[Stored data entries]
+ + + + +

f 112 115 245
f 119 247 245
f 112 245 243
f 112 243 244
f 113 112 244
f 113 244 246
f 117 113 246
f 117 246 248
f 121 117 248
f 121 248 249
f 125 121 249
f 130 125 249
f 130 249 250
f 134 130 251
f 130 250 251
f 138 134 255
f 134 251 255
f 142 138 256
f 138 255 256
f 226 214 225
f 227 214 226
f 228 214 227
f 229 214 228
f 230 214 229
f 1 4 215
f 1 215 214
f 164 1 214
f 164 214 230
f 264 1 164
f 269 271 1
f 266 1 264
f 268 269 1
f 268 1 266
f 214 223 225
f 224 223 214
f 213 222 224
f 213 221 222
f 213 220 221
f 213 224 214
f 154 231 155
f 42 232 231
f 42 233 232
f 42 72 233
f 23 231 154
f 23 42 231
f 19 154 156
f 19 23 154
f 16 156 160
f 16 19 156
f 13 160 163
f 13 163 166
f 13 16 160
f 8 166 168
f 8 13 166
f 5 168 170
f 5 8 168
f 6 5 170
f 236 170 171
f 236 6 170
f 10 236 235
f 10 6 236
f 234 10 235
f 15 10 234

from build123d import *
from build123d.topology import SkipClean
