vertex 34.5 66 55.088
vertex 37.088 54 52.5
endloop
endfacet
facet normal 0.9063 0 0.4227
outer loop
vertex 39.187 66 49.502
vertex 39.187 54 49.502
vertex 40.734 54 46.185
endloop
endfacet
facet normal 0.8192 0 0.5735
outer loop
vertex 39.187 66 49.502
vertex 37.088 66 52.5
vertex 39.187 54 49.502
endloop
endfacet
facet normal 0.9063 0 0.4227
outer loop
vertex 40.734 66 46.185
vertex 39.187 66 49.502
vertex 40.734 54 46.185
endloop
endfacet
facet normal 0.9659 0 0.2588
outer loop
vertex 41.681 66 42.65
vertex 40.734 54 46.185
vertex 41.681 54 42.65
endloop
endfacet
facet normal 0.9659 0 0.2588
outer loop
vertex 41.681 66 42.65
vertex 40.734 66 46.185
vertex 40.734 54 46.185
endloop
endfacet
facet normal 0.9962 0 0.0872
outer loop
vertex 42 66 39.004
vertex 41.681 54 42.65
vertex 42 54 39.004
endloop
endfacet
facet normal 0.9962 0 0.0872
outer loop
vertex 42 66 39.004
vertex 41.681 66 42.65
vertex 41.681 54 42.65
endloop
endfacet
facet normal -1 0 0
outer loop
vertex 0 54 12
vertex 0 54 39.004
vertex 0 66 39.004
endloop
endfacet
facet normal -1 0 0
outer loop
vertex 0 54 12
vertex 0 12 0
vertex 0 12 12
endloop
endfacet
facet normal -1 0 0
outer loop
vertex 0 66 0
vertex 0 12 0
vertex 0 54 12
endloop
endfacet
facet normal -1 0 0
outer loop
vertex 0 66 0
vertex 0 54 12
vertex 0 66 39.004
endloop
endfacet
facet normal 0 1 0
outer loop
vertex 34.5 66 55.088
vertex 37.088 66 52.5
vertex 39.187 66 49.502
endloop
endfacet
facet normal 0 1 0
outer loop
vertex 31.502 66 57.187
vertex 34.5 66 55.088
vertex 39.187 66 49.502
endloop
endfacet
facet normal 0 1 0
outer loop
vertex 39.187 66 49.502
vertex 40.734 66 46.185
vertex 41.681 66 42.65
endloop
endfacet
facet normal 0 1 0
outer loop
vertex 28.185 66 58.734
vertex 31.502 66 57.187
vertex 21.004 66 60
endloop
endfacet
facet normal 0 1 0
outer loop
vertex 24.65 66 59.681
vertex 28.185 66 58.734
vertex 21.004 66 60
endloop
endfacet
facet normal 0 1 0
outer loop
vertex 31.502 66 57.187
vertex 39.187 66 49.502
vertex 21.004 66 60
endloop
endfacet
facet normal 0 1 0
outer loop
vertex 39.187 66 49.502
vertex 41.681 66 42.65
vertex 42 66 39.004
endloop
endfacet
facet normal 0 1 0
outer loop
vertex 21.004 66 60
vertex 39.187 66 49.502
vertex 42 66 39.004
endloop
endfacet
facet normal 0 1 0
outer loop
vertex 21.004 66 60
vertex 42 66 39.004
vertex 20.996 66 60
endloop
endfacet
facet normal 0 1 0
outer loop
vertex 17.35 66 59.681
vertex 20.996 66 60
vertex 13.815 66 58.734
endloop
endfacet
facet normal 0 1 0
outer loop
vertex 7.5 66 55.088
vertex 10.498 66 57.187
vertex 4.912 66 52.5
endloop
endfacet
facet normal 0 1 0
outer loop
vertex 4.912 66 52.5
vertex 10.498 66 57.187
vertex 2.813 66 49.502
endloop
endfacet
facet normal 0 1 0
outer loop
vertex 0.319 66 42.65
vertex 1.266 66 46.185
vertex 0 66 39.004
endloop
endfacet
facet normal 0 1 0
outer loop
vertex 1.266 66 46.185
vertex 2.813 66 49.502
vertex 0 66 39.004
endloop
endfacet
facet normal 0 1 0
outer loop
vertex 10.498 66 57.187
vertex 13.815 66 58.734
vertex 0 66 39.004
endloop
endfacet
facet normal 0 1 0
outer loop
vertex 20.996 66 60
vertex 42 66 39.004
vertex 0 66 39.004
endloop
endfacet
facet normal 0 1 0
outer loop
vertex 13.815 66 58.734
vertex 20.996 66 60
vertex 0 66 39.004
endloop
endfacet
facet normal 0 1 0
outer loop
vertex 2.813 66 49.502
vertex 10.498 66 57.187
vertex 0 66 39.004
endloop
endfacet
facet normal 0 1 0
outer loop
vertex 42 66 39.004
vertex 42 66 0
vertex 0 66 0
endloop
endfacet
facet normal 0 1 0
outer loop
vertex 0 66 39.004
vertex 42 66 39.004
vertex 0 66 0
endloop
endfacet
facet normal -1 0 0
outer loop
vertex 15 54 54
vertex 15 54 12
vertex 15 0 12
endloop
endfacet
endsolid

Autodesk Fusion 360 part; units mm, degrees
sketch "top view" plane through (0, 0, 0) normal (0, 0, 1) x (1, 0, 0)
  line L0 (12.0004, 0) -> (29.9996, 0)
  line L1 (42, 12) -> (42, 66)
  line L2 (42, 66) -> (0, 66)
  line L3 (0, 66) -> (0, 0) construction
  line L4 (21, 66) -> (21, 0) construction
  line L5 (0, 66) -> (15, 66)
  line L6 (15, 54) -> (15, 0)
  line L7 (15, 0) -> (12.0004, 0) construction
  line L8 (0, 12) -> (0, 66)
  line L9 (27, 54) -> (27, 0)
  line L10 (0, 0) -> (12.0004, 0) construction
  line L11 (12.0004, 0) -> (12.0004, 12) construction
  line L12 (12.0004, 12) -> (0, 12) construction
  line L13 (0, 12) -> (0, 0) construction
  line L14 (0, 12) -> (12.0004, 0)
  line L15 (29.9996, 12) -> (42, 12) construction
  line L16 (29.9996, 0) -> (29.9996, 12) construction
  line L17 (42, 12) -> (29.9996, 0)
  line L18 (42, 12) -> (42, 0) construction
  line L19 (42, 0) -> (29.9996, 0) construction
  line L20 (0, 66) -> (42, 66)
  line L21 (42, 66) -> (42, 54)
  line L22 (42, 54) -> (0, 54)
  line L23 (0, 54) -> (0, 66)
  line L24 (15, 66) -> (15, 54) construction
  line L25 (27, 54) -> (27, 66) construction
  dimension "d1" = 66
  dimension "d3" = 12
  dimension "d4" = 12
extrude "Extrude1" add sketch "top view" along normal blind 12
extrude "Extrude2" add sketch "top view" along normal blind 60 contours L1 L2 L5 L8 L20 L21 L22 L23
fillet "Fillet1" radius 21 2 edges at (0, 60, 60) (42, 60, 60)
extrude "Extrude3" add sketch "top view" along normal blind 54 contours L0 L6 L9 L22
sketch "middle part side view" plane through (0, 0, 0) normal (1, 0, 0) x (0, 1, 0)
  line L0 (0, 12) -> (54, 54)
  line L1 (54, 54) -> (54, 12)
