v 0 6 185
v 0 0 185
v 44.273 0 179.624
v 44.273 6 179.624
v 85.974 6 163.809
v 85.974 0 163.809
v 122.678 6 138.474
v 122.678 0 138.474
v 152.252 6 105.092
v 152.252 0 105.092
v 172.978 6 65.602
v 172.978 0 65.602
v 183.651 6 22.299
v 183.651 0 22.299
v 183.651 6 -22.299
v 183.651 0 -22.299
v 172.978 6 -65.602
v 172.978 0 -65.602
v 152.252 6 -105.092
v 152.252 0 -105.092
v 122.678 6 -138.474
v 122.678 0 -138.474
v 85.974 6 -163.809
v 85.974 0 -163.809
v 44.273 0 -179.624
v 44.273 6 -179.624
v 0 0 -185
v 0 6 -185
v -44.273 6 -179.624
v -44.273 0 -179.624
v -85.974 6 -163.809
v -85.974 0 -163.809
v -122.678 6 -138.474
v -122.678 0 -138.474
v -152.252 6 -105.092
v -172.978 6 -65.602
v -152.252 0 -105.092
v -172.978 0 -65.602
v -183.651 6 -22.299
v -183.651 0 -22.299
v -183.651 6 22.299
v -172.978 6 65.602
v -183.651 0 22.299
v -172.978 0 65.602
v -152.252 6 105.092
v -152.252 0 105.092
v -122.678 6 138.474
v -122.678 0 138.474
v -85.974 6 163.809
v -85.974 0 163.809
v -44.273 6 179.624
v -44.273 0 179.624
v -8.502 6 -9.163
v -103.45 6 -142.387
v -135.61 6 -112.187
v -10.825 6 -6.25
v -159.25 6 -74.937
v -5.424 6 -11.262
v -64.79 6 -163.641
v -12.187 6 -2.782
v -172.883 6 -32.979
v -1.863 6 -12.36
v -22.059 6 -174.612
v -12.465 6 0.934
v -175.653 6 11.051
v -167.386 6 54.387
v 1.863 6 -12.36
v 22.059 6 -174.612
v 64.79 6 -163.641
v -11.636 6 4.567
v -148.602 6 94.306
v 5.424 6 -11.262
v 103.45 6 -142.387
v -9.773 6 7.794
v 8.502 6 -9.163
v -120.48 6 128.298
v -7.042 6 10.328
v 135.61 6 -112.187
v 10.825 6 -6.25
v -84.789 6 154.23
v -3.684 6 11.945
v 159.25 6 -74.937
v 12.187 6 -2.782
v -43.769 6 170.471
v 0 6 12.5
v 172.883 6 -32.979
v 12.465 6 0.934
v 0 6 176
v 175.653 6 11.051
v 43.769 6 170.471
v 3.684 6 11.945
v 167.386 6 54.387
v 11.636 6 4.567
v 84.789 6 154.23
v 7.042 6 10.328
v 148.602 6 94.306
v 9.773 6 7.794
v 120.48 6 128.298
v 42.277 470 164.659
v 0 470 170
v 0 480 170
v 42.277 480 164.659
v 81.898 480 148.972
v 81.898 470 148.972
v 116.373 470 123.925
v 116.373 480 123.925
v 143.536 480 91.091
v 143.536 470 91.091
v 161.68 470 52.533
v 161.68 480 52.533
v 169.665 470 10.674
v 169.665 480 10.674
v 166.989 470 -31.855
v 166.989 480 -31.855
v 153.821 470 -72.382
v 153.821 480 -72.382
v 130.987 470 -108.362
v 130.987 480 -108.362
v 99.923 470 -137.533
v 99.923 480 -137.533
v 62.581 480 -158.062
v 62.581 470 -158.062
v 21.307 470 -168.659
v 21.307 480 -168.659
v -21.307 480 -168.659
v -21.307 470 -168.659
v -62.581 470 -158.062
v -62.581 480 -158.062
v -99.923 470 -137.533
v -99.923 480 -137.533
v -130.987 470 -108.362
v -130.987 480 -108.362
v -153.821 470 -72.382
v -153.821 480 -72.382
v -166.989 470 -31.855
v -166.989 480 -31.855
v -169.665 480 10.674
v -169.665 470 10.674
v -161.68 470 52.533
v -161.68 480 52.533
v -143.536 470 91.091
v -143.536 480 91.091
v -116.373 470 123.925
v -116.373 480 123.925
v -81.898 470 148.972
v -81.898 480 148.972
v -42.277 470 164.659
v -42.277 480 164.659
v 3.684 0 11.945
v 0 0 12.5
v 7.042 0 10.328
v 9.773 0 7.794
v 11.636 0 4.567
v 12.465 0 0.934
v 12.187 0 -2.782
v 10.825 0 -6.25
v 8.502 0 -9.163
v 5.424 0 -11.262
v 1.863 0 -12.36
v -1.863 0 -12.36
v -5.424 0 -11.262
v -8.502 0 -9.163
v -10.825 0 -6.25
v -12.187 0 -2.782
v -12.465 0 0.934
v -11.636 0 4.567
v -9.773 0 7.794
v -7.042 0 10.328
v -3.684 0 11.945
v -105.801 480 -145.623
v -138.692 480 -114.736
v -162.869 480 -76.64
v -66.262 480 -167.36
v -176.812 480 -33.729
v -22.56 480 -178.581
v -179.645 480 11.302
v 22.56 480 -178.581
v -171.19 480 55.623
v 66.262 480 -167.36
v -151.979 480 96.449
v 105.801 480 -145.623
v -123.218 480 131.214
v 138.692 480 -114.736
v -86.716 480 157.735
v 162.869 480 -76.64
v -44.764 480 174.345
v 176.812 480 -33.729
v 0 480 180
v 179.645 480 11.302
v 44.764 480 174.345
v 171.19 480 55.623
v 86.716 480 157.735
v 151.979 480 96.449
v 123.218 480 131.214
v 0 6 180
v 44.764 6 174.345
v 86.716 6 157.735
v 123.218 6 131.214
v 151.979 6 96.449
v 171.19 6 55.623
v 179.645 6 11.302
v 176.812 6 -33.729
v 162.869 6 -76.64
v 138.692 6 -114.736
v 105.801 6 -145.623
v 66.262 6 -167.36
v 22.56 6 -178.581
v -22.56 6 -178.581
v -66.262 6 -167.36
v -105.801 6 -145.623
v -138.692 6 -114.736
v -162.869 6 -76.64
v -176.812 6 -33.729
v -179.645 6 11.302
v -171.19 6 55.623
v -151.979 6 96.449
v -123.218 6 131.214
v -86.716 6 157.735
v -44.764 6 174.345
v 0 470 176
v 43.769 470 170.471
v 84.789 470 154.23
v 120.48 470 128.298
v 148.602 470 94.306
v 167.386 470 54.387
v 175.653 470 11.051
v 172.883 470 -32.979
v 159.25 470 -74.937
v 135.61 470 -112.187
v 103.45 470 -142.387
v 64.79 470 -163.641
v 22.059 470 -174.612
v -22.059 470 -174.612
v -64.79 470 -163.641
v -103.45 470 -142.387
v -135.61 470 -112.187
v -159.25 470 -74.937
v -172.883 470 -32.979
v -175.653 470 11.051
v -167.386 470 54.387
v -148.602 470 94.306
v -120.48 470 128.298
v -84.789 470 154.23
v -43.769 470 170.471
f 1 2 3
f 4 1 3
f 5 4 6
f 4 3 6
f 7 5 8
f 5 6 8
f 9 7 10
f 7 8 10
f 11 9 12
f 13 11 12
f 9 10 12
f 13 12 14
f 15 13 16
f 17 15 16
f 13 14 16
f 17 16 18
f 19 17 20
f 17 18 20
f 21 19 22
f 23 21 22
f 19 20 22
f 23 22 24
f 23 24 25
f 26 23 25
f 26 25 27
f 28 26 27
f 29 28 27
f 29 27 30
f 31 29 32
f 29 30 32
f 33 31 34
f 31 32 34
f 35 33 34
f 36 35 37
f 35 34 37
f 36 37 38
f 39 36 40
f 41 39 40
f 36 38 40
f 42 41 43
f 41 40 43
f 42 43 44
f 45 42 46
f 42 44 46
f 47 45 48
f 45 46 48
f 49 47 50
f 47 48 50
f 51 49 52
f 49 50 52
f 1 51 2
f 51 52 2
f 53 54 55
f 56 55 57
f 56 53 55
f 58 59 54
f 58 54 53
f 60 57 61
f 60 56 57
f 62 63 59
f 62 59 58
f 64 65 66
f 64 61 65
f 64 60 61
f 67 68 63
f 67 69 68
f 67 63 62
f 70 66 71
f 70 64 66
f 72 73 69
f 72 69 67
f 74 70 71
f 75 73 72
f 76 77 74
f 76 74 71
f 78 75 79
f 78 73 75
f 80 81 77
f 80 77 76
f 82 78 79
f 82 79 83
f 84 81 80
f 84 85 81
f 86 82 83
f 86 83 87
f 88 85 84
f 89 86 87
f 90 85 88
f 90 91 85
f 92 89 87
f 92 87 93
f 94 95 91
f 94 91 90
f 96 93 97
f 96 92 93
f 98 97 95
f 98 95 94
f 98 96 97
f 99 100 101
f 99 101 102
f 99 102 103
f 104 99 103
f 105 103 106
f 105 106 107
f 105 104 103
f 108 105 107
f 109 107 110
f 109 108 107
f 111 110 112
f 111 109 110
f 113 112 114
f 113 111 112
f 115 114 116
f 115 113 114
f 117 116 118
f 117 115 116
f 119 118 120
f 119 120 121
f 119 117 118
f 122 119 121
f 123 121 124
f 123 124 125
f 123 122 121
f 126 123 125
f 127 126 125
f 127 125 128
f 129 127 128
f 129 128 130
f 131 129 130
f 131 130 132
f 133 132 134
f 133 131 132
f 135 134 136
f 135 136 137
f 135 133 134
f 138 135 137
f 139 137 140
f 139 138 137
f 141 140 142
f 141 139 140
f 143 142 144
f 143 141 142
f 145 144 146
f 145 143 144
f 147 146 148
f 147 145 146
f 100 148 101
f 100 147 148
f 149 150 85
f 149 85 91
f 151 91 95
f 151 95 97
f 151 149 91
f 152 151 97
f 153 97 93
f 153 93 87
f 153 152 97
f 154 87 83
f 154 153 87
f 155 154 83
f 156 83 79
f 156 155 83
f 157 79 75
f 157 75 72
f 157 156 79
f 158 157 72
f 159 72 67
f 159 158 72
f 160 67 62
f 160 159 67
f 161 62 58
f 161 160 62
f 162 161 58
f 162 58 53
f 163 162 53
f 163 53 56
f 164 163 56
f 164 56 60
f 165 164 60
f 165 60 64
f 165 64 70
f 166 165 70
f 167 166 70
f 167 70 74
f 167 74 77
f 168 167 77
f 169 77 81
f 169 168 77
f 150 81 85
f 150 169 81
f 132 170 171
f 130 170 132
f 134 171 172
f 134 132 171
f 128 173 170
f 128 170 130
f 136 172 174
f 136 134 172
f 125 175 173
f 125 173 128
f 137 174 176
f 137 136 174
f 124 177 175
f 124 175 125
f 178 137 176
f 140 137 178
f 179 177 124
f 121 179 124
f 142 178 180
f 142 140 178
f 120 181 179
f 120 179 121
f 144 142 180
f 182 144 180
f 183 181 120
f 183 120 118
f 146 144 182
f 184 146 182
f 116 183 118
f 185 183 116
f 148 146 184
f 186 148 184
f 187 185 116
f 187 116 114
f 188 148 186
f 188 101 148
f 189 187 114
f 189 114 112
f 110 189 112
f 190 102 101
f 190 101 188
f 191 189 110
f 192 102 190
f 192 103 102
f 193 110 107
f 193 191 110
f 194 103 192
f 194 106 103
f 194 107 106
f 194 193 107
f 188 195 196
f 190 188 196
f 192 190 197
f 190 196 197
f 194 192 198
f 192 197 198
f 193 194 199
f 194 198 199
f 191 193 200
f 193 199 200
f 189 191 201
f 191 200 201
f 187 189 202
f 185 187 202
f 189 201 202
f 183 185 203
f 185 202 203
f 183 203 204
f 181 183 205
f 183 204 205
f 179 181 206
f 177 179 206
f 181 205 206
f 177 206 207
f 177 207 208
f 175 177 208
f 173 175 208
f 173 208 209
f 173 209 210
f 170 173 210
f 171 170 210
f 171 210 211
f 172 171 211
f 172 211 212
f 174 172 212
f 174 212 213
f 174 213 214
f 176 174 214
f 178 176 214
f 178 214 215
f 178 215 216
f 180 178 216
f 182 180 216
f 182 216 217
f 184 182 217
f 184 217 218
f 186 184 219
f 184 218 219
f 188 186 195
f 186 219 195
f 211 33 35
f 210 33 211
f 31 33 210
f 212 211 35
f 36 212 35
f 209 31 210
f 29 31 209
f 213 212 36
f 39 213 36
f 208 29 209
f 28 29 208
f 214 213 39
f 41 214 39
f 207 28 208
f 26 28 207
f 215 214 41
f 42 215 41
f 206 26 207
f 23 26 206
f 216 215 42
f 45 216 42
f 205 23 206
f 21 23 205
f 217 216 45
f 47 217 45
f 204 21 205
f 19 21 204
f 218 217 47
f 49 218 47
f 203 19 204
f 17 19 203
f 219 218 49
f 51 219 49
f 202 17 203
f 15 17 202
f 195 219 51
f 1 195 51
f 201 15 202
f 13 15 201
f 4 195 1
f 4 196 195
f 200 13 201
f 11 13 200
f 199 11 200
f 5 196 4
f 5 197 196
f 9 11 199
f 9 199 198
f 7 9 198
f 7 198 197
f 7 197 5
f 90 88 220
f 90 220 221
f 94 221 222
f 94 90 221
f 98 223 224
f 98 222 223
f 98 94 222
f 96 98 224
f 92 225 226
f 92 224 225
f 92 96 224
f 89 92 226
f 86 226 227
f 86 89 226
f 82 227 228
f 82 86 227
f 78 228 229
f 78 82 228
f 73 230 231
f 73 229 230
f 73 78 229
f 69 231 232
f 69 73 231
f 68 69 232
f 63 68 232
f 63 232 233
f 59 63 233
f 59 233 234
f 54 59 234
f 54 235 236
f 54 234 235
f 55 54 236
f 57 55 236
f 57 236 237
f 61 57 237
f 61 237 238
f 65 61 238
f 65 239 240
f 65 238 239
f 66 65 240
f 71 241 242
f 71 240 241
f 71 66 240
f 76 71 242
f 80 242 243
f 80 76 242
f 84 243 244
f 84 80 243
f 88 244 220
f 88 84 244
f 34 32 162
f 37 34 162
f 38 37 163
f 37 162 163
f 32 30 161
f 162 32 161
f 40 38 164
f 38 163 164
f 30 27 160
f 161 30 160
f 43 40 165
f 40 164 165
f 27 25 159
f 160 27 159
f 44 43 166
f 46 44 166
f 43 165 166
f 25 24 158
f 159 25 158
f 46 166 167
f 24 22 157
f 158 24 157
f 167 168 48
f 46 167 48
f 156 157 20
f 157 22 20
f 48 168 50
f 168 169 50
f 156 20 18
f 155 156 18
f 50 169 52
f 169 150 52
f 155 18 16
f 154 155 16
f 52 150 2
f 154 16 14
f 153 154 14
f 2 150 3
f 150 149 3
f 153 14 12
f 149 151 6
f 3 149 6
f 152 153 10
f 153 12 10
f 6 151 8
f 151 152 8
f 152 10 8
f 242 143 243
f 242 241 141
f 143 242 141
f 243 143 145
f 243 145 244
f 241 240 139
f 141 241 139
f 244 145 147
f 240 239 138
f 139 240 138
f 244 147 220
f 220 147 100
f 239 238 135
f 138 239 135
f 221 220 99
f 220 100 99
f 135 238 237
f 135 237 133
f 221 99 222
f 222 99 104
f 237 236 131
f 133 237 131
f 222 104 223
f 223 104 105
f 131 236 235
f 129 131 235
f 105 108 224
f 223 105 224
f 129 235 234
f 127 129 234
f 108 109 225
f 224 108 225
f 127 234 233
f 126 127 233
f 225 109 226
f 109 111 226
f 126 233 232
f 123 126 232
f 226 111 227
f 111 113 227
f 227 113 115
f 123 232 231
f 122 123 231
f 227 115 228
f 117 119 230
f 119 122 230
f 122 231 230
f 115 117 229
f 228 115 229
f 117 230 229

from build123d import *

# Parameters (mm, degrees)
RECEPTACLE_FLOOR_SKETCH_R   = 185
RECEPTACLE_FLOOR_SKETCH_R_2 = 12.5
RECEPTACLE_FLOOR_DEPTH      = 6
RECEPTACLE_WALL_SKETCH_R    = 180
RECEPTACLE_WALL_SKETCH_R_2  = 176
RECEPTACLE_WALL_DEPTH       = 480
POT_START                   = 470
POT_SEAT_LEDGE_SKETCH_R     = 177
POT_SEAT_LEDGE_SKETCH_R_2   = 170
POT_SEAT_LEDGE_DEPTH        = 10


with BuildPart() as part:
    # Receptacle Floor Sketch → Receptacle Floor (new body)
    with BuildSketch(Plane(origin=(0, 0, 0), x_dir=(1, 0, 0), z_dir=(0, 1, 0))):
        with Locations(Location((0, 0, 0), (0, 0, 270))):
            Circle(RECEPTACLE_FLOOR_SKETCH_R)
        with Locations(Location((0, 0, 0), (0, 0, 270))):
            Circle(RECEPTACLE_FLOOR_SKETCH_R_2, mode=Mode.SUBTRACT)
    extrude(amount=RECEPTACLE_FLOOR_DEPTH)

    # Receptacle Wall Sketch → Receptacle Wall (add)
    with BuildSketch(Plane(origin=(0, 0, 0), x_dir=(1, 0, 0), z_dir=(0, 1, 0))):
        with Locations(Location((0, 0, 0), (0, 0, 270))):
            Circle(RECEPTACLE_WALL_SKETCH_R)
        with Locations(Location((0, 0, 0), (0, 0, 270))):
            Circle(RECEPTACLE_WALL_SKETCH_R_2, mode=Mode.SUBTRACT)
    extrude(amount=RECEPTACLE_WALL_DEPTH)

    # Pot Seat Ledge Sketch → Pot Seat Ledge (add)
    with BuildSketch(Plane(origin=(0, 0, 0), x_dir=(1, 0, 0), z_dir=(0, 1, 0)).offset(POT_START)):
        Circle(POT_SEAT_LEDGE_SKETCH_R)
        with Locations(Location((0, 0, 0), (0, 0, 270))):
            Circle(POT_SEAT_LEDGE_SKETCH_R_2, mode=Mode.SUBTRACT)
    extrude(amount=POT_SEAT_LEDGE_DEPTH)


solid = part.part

+ + + + +

All lines in the preceding records that hold the word "view" need to be copied.

sketch "top view" plane through (0, 0, 0) normal (0, 0, 1) x (1, 0, 0)
extrude "Extrude1" add sketch "top view" along normal blind 12
extrude "Extrude2" add sketch "top view" along normal blind 60 contours L1 L2 L5 L8 L20 L21 L22 L23
extrude "Extrude3" add sketch "top view" along normal blind 54 contours L0 L6 L9 L22
sketch "middle part side view" plane through (0, 0, 0) normal (1, 0, 0) x (0, 1, 0)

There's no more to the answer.